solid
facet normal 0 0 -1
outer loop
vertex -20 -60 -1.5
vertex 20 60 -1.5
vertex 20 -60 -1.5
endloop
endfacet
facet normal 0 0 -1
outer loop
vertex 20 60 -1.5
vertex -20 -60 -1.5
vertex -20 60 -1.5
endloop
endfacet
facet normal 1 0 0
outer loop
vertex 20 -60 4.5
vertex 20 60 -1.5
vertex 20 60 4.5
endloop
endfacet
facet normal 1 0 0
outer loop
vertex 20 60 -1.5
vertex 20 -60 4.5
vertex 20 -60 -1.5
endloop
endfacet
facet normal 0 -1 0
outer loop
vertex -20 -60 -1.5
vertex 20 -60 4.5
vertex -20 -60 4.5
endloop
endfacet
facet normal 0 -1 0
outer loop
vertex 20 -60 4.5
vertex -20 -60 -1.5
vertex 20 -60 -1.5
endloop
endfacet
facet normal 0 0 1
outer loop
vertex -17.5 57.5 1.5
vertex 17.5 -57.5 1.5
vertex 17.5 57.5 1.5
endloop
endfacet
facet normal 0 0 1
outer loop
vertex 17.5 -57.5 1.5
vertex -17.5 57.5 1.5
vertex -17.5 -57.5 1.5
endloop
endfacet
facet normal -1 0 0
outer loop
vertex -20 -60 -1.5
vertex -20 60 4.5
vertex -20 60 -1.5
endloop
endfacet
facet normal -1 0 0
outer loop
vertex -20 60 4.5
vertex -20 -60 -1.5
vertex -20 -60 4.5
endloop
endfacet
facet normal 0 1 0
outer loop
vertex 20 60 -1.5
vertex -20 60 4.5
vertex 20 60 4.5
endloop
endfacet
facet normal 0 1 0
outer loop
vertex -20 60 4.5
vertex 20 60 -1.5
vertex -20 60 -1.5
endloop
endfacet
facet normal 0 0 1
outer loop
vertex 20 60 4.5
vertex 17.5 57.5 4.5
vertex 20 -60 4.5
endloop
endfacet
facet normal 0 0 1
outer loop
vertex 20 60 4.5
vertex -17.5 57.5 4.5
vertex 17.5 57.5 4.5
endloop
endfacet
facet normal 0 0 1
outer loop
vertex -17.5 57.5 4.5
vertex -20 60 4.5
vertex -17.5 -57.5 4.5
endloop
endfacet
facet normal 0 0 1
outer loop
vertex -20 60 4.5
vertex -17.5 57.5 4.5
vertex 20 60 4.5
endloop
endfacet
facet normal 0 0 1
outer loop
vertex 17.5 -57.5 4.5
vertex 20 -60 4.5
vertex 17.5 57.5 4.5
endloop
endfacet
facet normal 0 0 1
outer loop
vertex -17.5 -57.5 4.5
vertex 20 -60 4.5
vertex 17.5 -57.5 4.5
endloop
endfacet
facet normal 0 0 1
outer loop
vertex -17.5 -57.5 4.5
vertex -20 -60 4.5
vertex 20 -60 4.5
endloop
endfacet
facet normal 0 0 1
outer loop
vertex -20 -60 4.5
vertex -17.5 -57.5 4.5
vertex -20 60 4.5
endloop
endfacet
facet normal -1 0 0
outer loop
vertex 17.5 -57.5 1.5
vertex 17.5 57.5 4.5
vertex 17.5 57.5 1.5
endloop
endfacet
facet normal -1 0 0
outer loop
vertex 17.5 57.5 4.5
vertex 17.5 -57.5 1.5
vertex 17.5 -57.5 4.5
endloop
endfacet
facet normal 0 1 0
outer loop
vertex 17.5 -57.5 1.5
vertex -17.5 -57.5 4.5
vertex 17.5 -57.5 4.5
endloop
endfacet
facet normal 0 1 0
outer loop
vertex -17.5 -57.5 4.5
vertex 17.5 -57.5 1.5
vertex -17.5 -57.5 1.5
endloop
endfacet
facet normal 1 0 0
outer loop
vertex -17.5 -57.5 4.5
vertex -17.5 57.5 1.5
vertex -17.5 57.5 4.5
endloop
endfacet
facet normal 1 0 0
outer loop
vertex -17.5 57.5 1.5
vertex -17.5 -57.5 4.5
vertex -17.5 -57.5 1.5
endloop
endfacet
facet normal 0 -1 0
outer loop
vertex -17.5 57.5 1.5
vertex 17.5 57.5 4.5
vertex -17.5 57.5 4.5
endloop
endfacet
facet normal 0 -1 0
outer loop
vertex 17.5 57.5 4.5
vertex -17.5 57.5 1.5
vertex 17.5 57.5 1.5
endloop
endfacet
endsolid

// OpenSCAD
/*
 * Tao Steps Stamp. Two feet, inline.
 */
 echo(version=version());

logo1 = "images/footprint_left.png";
logo2 = "images/footprint_right.png";
logoy = 400; // 343; 
logox = 626; 

module roundedRect(size, radius) {  
	linear_extrude(height=size.z, center=true) {
		offset(radius) offset(-radius) {
			square([size.x, size.y], center = true);
		}
	}
}


// Base plate
// ----------
plateWidth = 40;
plateLength = 120;
plateThickNess = 3;
cornerRadius = 0;
ratio = 0.6;

module oneStep() {
  translate([0, -25, 2]) {
    scale([ratio * ((plateLength / 2) / 1) / logox, 
           ratio * plateWidth / logoy, .02]) {
      color("red") {
        rotate([0, 0, -0]) {
          surface(file=logo1, invert=true, center=true);
        }
      }
    }
  }
  translate([0, 25, 2]) {
    scale([ratio * ((plateLength / 2) / 1) / logox, 
           ratio * plateWidth / logoy, .02]) {
      color("green") {
        rotate([0, 0, -0]) {
          surface(file=logo2, invert=true, center=true);
        }
      }
    }
  }
}

//color("green") {
difference() {  
	union() {
		difference() {
			roundedRect([plateWidth, plateLength, plateThickNess], cornerRadius);
      oneStep();
		}
		// The frame
		translate([0, 0, (plateThickNess / 1)]) {
			difference() {
				roundedRect([plateWidth, plateLength, plateThickNess], cornerRadius);
				roundedRect([plateWidth - 5, plateLength - 5, plateThickNess * 1.1], cornerRadius);
			}
		}
	}
}
//}
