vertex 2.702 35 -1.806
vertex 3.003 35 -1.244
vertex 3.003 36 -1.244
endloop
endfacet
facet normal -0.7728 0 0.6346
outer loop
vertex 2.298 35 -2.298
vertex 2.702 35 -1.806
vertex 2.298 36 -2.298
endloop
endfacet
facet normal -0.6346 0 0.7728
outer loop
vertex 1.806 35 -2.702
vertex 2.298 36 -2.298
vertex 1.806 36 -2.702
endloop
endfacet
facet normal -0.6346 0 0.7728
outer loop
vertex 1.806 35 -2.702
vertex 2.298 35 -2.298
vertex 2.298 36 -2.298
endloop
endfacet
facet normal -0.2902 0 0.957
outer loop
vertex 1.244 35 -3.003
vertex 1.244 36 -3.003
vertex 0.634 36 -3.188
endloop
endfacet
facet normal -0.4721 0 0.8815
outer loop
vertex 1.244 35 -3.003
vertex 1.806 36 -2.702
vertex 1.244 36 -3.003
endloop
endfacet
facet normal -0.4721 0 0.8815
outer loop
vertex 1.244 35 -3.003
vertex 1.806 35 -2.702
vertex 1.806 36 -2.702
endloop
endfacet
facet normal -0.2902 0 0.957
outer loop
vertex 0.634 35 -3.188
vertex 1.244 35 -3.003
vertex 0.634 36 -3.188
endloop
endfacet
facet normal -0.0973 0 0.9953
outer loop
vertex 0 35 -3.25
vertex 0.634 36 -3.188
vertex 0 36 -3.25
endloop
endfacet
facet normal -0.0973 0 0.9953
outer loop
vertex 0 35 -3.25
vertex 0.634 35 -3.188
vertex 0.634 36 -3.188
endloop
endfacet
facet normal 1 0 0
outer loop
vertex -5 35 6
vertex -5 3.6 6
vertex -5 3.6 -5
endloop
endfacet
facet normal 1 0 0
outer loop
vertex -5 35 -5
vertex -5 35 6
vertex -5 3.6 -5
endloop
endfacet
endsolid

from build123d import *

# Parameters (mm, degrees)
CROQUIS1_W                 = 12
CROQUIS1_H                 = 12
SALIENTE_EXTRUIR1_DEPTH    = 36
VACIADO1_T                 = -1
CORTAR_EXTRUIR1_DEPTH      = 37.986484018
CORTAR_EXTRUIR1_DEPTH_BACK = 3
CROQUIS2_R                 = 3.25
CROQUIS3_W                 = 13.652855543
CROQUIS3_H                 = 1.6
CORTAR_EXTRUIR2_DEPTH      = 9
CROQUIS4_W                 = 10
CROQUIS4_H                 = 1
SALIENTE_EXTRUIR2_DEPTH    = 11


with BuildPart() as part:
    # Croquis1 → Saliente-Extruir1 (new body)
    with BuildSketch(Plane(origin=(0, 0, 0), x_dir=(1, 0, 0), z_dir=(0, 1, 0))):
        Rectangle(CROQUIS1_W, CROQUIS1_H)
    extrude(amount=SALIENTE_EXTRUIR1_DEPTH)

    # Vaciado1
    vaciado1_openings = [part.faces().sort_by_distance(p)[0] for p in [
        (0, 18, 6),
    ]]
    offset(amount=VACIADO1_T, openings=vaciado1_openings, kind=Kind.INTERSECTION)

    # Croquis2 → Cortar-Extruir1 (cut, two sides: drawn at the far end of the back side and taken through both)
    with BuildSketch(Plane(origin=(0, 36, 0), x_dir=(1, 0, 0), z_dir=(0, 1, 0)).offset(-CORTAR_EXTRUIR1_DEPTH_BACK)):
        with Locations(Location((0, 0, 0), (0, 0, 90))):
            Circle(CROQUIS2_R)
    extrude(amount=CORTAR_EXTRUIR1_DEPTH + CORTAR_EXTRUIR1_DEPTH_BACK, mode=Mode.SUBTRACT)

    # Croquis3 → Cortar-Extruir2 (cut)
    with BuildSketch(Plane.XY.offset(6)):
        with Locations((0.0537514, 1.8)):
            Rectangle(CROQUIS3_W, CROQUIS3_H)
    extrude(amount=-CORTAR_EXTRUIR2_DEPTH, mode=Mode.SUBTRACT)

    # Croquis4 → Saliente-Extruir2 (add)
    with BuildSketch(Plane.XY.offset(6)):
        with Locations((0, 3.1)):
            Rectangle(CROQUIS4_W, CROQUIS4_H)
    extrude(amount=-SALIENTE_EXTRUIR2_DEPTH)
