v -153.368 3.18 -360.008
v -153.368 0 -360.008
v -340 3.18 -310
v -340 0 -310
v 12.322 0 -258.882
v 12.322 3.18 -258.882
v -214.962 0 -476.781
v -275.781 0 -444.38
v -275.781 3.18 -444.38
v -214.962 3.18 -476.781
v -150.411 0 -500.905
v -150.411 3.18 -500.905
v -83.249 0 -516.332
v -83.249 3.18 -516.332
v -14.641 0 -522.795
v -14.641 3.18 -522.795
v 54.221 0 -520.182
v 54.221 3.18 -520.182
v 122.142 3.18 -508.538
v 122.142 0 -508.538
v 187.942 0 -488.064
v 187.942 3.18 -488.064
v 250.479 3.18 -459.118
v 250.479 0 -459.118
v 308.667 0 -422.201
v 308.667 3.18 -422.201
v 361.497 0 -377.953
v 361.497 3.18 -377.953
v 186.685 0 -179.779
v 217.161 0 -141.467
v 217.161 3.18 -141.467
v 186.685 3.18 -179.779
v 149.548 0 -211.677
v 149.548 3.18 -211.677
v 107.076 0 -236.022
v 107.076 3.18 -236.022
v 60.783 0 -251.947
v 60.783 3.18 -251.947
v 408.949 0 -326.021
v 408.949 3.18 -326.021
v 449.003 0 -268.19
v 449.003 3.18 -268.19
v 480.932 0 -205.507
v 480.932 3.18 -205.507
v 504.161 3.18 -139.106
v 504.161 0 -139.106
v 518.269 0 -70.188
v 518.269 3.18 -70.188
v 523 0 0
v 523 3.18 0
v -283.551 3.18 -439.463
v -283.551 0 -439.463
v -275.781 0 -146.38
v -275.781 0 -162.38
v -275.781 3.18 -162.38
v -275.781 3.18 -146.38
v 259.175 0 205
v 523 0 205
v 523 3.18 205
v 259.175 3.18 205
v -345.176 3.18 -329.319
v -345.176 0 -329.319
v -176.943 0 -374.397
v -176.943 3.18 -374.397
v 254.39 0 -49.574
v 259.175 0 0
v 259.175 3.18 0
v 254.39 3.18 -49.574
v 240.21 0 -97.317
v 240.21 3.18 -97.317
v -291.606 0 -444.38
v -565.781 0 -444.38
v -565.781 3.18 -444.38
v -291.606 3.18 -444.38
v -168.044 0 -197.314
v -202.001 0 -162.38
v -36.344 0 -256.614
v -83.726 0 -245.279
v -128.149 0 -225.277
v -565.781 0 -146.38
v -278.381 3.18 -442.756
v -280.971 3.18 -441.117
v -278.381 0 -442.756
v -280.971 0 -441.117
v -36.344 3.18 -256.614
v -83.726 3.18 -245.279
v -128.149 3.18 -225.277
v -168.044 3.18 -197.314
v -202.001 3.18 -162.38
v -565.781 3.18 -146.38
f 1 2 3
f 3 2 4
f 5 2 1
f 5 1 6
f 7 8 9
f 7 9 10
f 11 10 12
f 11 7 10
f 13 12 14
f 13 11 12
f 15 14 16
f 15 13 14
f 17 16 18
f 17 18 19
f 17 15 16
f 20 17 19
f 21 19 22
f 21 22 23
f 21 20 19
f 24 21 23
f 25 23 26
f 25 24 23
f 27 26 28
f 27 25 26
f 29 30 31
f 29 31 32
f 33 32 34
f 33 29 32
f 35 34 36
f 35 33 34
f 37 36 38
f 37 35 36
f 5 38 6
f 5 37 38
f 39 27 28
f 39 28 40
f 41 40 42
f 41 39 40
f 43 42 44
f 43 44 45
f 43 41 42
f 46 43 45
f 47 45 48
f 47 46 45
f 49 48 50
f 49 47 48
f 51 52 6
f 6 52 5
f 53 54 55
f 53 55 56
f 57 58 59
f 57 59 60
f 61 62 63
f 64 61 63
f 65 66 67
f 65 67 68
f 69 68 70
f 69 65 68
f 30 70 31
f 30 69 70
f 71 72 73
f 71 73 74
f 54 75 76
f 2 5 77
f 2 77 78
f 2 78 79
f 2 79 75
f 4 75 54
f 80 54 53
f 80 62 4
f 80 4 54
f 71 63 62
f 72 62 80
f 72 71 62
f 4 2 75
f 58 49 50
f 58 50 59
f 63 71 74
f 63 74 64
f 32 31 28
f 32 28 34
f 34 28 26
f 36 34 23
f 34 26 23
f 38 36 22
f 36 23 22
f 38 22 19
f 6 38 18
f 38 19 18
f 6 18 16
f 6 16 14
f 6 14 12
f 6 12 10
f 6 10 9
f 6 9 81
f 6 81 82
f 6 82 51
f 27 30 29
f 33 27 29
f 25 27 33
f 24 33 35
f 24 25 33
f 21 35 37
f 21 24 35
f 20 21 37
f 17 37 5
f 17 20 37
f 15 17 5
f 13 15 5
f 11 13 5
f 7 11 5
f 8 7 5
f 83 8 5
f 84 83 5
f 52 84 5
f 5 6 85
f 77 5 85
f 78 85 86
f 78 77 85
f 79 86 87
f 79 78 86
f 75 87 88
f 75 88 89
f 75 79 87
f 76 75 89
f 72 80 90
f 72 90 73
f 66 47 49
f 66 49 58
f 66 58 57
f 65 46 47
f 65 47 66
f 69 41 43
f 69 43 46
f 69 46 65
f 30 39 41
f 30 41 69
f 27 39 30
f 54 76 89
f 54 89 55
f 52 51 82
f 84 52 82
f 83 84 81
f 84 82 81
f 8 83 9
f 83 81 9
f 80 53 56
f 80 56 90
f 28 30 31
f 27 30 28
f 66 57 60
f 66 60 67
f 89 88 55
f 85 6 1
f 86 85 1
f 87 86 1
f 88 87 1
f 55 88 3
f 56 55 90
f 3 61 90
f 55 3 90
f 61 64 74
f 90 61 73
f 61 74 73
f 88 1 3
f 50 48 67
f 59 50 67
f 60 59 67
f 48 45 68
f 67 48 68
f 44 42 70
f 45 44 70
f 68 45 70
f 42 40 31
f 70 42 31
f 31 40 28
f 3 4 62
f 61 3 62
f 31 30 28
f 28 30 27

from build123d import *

# Parameters (mm, degrees)
BOSS_EXTRUDE1_DEPTH = 3.18
CUT_EXTRUDE1_DEPTH  = 771.485416357
CUT_EXTRUDE2_DEPTH  = 771.485416357


# Read off the part's stored shape, not the designer's step: Split3
with BuildPart() as part:
    # Sketch1 → Boss-Extrude1 (new body)
    with BuildSketch(Plane(origin=(0, 0, 0), x_dir=(1, 0, 0), z_dir=(0, 1, 0))):
        with BuildLine():
            Line((-565.781463482, 444.38), (-275.781463482, 444.38))
            ThreePointArc((-275.781463482, 444.38), (254.259016162, 457.035395457), (523, 0))
            Line((523, 0), (523, -205))
            Line((523, -205), (259.175, -205))
            Line((259.175, -205), (259.175, 0))
            ThreePointArc((259.175, 0), (86.075732957, 244.464003119), (-202.001030257, 162.38))
            Line((-202.001030257, 162.38), (-275.781463482, 162.38))
            Line((-275.781463482, 162.38), (-275.781463482, 146.38))
            Line((-275.781463482, 146.38), (-565.781463482, 146.38))
            Line((-565.781463482, 146.38), (-565.781463482, 162.38))
            Line((-565.781463482, 162.38), (-565.781463482, 444.38))
        make_face()
    extrude(amount=BOSS_EXTRUDE1_DEPTH)


with BuildPart() as body_2:
    # Split2: the piece on the far side of the plane
    add(part.part)
    split(bisect_by=Plane(origin=(95.313758644, 0, 58.173323286), x_dir=(0.5209675909432273, 0, -0.8535764577276076), z_dir=(-0.8535764577276076, 0, -0.5209675909432273)), keep=Keep.BOTTOM)


with BuildPart() as part_1:
    add(part.part)

    # Split2
    split(bisect_by=Plane(origin=(95.313758644, 0, 58.173323286), x_dir=(0.5209675909432273, 0, -0.8535764577276076), z_dir=(-0.8535764577276076, 0, -0.5209675909432273)), keep=Keep.TOP)


with BuildPart() as body_3:
    # Split3: the piece on the far side of the plane
    add(part_1.part)
    split(bisect_by=Plane(origin=(118.465339809, 0, -194.098878463), x_dir=(0.8535764577276066, 0, 0.5209675909432288), z_dir=(0.5209675909432288, 0, -0.8535764577276067)), keep=Keep.BOTTOM)

    # Sketch5 → Cut-Extrude2 (cut, through all)
    with BuildSketch(Plane.XZ):
        Polygon((-340, -310), (-345.176380902, -329.318516526), (-94.035666067, -396.611468252), (-88.859285165, -377.292951727), align=None)
    extrude(amount=-CUT_EXTRUDE2_DEPTH, mode=Mode.SUBTRACT)


with BuildPart() as part_2:
    add(part_1.part)

    # Split3
    split(bisect_by=Plane(origin=(118.465339809, 0, -194.098878463), x_dir=(0.8535764577276066, 0, 0.5209675909432288), z_dir=(0.5209675909432288, 0, -0.8535764577276067)), keep=Keep.TOP)

    # Sketch4 → Cut-Extrude1 (cut, through all)
    with BuildSketch(Plane(origin=(0, 3.18, 0), x_dir=(1, 0, 0), z_dir=(0, 1, 0))):
        with BuildLine():
            Line((-291.606374577, 444.38), (-283.55067597, 439.463325156))
            ThreePointArc((-283.55067597, 439.463325156), (-279.676874229, 441.938735597), (-275.781463482, 444.38))
            Line((-275.781463482, 444.38), (-291.606374577, 444.38))
        make_face()
    extrude(amount=-CUT_EXTRUDE1_DEPTH, mode=Mode.SUBTRACT)


solid = Compound([body_2.part, body_3.part, part_2.part])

________________

**What is expected**
Lines above that contain the string "Rectangle" make up the answer.

**Response to the task**
        Rectangle(CROQUIS1_W, CROQUIS1_H)
            Rectangle(CROQUIS3_W, CROQUIS3_H)
            Rectangle(CROQUIS4_W, CROQUIS4_H)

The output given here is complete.